|
|
|
|
|
by charukiewicz
1913 days ago
|
|
Author here. Between this and your other response, where you expound on the same point, I think you're being far too hand wavy about what causes performance issues. The number of joins alone doesn't have much to do with the performance characteristics of any query. What's more important for performance of queries on larger data sets than the number of joins is that there are indexes and that the query is written in a way that can utilize indexes to avoid multiplicative slowdowns. The reason the UNION query is fast is because the query on either side effectively utilizes the indexes so that the database engine can limit the number of rows immediately, rather than filter them out after multiplying them all together. I can expand this schema to have a UNION query with two 10-table joins and it would still perform better than the 7 table query.
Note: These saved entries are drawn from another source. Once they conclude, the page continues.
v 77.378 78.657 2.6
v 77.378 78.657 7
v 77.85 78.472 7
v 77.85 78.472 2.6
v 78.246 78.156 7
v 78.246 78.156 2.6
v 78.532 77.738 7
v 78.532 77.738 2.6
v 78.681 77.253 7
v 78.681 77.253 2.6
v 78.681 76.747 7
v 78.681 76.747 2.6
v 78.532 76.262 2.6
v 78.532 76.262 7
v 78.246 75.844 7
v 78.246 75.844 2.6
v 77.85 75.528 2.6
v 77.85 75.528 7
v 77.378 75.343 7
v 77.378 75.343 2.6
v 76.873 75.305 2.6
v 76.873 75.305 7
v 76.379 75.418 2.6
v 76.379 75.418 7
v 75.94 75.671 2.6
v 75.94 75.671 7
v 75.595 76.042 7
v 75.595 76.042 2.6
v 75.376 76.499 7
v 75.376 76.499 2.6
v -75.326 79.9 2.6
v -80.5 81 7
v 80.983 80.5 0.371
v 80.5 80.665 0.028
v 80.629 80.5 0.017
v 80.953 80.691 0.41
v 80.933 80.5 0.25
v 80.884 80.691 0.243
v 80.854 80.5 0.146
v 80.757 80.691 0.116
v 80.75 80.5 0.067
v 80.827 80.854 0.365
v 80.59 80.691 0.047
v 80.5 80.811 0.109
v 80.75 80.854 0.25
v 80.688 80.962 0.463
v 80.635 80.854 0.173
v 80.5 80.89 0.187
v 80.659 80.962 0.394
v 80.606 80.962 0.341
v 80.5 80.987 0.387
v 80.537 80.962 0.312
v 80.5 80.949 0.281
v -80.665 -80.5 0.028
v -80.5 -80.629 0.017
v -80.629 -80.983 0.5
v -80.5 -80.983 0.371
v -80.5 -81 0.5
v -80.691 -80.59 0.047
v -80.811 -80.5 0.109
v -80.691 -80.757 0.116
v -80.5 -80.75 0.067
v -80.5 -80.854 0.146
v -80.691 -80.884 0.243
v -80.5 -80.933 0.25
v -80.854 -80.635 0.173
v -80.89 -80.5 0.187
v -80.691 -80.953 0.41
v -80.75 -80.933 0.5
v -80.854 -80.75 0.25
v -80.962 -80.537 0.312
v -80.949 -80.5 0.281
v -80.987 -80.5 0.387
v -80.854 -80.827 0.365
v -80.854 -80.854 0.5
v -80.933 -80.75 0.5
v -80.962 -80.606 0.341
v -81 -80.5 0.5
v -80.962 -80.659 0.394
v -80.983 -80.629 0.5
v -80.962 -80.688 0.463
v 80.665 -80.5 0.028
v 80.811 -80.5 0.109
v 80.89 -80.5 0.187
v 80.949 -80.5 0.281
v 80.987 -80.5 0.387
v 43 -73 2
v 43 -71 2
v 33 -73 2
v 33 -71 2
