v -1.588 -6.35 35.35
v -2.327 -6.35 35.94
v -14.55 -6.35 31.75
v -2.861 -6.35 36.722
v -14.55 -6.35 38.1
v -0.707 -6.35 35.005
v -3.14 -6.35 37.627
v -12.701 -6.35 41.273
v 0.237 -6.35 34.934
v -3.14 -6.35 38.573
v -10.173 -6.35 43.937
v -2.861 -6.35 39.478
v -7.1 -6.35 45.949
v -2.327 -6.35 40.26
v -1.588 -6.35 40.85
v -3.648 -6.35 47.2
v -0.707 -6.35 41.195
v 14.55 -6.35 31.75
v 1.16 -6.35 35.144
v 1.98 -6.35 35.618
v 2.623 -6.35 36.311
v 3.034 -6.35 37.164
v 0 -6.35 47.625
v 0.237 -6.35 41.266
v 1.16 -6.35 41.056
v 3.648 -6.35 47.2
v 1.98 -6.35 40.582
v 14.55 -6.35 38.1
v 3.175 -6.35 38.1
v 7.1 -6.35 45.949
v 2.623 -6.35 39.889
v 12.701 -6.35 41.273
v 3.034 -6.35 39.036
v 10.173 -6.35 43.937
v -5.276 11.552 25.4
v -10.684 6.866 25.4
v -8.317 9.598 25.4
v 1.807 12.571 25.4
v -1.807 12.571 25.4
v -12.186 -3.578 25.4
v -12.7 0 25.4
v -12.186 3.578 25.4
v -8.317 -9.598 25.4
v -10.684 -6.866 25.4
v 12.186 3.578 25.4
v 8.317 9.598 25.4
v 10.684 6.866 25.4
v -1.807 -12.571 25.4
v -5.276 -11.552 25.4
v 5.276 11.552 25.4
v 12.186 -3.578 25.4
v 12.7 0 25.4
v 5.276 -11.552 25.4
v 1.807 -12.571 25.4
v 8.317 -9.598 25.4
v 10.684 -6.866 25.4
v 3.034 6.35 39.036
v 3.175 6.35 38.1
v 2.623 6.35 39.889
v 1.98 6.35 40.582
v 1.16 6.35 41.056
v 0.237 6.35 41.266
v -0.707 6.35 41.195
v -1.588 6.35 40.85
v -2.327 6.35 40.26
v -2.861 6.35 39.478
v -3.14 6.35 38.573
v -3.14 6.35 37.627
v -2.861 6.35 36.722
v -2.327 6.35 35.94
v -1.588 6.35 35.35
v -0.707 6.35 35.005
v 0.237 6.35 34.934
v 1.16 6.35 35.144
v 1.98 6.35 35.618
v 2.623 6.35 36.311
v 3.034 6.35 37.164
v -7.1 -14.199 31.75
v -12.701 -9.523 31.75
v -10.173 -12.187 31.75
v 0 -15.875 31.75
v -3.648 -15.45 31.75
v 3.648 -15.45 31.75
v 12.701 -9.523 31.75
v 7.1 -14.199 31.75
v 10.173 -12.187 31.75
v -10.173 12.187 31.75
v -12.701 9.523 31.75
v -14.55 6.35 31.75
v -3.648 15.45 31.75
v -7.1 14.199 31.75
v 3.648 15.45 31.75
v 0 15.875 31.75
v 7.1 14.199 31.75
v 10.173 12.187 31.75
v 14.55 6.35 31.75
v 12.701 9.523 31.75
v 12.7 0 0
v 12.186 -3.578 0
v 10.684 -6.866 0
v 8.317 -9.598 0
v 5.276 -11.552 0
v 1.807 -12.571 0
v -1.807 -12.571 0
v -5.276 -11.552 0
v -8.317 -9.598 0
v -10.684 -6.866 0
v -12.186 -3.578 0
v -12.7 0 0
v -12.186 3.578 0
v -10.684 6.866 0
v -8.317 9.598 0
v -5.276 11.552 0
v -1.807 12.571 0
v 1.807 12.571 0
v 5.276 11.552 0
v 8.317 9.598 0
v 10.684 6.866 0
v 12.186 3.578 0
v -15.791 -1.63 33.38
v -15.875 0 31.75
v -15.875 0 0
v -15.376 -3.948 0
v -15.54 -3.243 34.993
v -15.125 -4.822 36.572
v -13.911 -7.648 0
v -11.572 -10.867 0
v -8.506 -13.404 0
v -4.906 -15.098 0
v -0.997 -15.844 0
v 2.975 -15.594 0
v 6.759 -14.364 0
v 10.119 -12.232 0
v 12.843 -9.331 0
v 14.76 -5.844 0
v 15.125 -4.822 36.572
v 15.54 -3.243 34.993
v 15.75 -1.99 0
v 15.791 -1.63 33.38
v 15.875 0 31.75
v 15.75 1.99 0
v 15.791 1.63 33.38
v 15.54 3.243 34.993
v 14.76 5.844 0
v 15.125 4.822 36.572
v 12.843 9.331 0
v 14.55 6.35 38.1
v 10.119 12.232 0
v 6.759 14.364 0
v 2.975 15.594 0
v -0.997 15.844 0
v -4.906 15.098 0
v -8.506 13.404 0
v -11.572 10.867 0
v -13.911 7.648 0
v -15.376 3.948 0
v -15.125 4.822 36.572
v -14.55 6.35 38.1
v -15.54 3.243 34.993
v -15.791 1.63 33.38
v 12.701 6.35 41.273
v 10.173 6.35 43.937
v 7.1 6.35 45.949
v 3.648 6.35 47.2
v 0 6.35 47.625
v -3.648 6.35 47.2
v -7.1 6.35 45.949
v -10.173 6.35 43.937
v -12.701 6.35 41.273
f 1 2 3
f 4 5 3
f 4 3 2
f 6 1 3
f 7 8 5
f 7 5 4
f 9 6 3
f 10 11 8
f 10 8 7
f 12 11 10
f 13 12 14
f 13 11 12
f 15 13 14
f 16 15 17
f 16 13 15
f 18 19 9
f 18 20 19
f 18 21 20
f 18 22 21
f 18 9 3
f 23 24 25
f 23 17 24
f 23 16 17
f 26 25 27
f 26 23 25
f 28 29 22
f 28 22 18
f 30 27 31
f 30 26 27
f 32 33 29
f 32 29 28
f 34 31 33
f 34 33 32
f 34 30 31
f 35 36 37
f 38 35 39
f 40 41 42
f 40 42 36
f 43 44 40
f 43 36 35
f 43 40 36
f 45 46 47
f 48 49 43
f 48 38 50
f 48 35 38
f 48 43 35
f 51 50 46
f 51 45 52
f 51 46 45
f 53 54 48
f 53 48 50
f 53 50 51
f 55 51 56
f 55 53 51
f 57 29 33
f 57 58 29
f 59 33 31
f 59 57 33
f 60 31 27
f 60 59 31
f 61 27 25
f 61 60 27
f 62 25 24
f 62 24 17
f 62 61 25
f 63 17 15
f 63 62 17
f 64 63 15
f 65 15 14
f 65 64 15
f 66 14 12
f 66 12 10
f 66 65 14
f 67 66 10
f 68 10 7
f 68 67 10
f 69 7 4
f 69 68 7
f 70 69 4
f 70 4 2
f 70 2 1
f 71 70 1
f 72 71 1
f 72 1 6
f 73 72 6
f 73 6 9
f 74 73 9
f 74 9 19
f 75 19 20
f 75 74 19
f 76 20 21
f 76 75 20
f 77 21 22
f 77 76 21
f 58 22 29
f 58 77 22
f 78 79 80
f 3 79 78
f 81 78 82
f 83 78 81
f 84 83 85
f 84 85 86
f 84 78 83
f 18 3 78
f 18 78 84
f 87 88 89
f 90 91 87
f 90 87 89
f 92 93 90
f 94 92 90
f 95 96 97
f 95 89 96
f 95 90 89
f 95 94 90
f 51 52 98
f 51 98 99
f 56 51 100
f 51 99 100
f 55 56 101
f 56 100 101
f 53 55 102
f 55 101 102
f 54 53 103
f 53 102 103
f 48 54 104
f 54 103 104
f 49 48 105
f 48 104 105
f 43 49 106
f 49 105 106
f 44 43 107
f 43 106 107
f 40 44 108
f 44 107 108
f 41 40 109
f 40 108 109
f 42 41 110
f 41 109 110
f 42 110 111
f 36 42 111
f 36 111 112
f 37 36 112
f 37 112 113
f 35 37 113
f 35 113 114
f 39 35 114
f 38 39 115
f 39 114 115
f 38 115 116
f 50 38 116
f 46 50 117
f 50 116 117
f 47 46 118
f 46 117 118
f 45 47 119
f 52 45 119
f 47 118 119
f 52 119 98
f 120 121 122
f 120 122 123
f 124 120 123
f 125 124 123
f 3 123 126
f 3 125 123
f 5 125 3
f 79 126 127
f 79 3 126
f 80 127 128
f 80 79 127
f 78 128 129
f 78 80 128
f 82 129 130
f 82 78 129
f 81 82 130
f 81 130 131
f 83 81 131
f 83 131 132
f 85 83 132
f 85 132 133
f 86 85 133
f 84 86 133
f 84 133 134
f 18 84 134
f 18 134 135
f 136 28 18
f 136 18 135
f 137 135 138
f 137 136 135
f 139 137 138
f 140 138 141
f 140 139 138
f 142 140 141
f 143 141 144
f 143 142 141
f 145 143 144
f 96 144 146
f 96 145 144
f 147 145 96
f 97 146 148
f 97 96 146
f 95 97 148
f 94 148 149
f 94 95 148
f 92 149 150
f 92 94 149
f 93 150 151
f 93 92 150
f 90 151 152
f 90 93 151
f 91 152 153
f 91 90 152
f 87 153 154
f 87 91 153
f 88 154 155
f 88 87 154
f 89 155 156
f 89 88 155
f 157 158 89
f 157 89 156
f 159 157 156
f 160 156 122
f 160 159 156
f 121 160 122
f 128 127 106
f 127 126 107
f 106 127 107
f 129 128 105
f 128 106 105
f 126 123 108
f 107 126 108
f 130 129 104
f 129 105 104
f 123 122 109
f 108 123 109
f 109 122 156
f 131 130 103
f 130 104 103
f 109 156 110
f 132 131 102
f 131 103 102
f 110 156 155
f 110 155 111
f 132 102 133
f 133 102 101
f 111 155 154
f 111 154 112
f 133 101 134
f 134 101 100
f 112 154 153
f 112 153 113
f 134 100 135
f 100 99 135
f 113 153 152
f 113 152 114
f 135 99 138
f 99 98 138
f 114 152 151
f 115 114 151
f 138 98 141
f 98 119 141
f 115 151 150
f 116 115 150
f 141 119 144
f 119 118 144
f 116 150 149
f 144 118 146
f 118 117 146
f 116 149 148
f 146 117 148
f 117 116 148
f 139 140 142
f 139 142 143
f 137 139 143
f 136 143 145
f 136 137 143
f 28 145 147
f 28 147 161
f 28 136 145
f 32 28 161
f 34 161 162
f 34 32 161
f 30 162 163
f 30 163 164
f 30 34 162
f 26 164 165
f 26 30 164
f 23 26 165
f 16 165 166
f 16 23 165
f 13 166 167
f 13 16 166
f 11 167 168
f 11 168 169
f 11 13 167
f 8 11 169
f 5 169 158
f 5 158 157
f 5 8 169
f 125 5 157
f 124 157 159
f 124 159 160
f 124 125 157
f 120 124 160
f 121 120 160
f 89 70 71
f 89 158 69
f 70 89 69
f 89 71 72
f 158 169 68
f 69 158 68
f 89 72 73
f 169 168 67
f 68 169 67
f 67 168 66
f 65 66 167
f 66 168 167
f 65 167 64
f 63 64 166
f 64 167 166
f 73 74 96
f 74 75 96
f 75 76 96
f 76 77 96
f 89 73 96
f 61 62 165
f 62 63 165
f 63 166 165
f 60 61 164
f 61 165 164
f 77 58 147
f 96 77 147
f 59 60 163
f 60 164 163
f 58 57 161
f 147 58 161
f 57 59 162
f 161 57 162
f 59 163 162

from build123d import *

# Parameters (mm, degrees)
F0_R          = 15.875
F1_DEPTH      = 31.75
F2_R          = 12.7
F3_DEPTH      = 25.4
F4_R          = 3.175
F5_DEPTH      = 6.35
F5_DEPTH_BACK = 6.35
F6_W          = 11.146276543
F6_H          = 50.8


# Not quite as in the source:
# - after a boolean that leaves OpenCascade's solid faulty, fix() repairs it


with BuildPart() as f1:
    # F0 (on Top) → F1 (new body)
    with BuildSketch(Plane.XY):
        Circle(F0_R)
    extrude(amount=F1_DEPTH)

    # F2 (on face) → F3 (cut)
    with BuildSketch(Plane(origin=(0, 0, 0), x_dir=(1, 0, 0), z_dir=(0, 0, -1))):
        Circle(F2_R)
    extrude(amount=-F3_DEPTH, mode=Mode.SUBTRACT)

    # F4 (on Front) → F5 (join, two sides)
    with BuildSketch(Plane.XZ) as f5_sk:
        with BuildLine():
            ThreePointArc((15.875, 31.75), (0, 47.625), (-15.875, 31.75))
            Line((-15.875, 31.75), (15.875, 31.75))
        make_face()
        with Locations((0, 38.1)):
            Circle(F4_R, mode=Mode.SUBTRACT)
    extrude(amount=F5_DEPTH)
    extrude(f5_sk.sketch, amount=-F5_DEPTH_BACK)

    # F6 (on Front) → F7 (revolve, cut)
    with BuildSketch(Plane.XZ):
        with Locations((-21.4481382715, 25.4)):
            Rectangle(F6_W, F6_H)
    revolve(axis=Axis((0, 0, 12.5730000436), (0, 0, 1)), mode=Mode.SUBTRACT)

    add(f1.part.fix(), mode=Mode.REPLACE)


solid = f1.part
I think someone new to SQL is likely to read your statement and think "okay joins are slow so I guess I should avoid joins". This is not true and this belief that joins are slow leads people down the path that ends at "SQL just doesn't scale" and "let's build a complicated Redis-backed caching layer". SQL performance is a complex topic. The point of our post was to illustrate that a UNION query can simplify how your join your tables and allow you to write constituent queries that have better performance characteristics. Morphing this into "the number of joins is smaller so the performance is better" is just incorrect. |
|
If the article had, instead, listed indexes, shown they were used in simple cases, shown they weren't used in the second query, dug into why they weren't (maybe they were but it was still hella slow) - that would be a ton of value!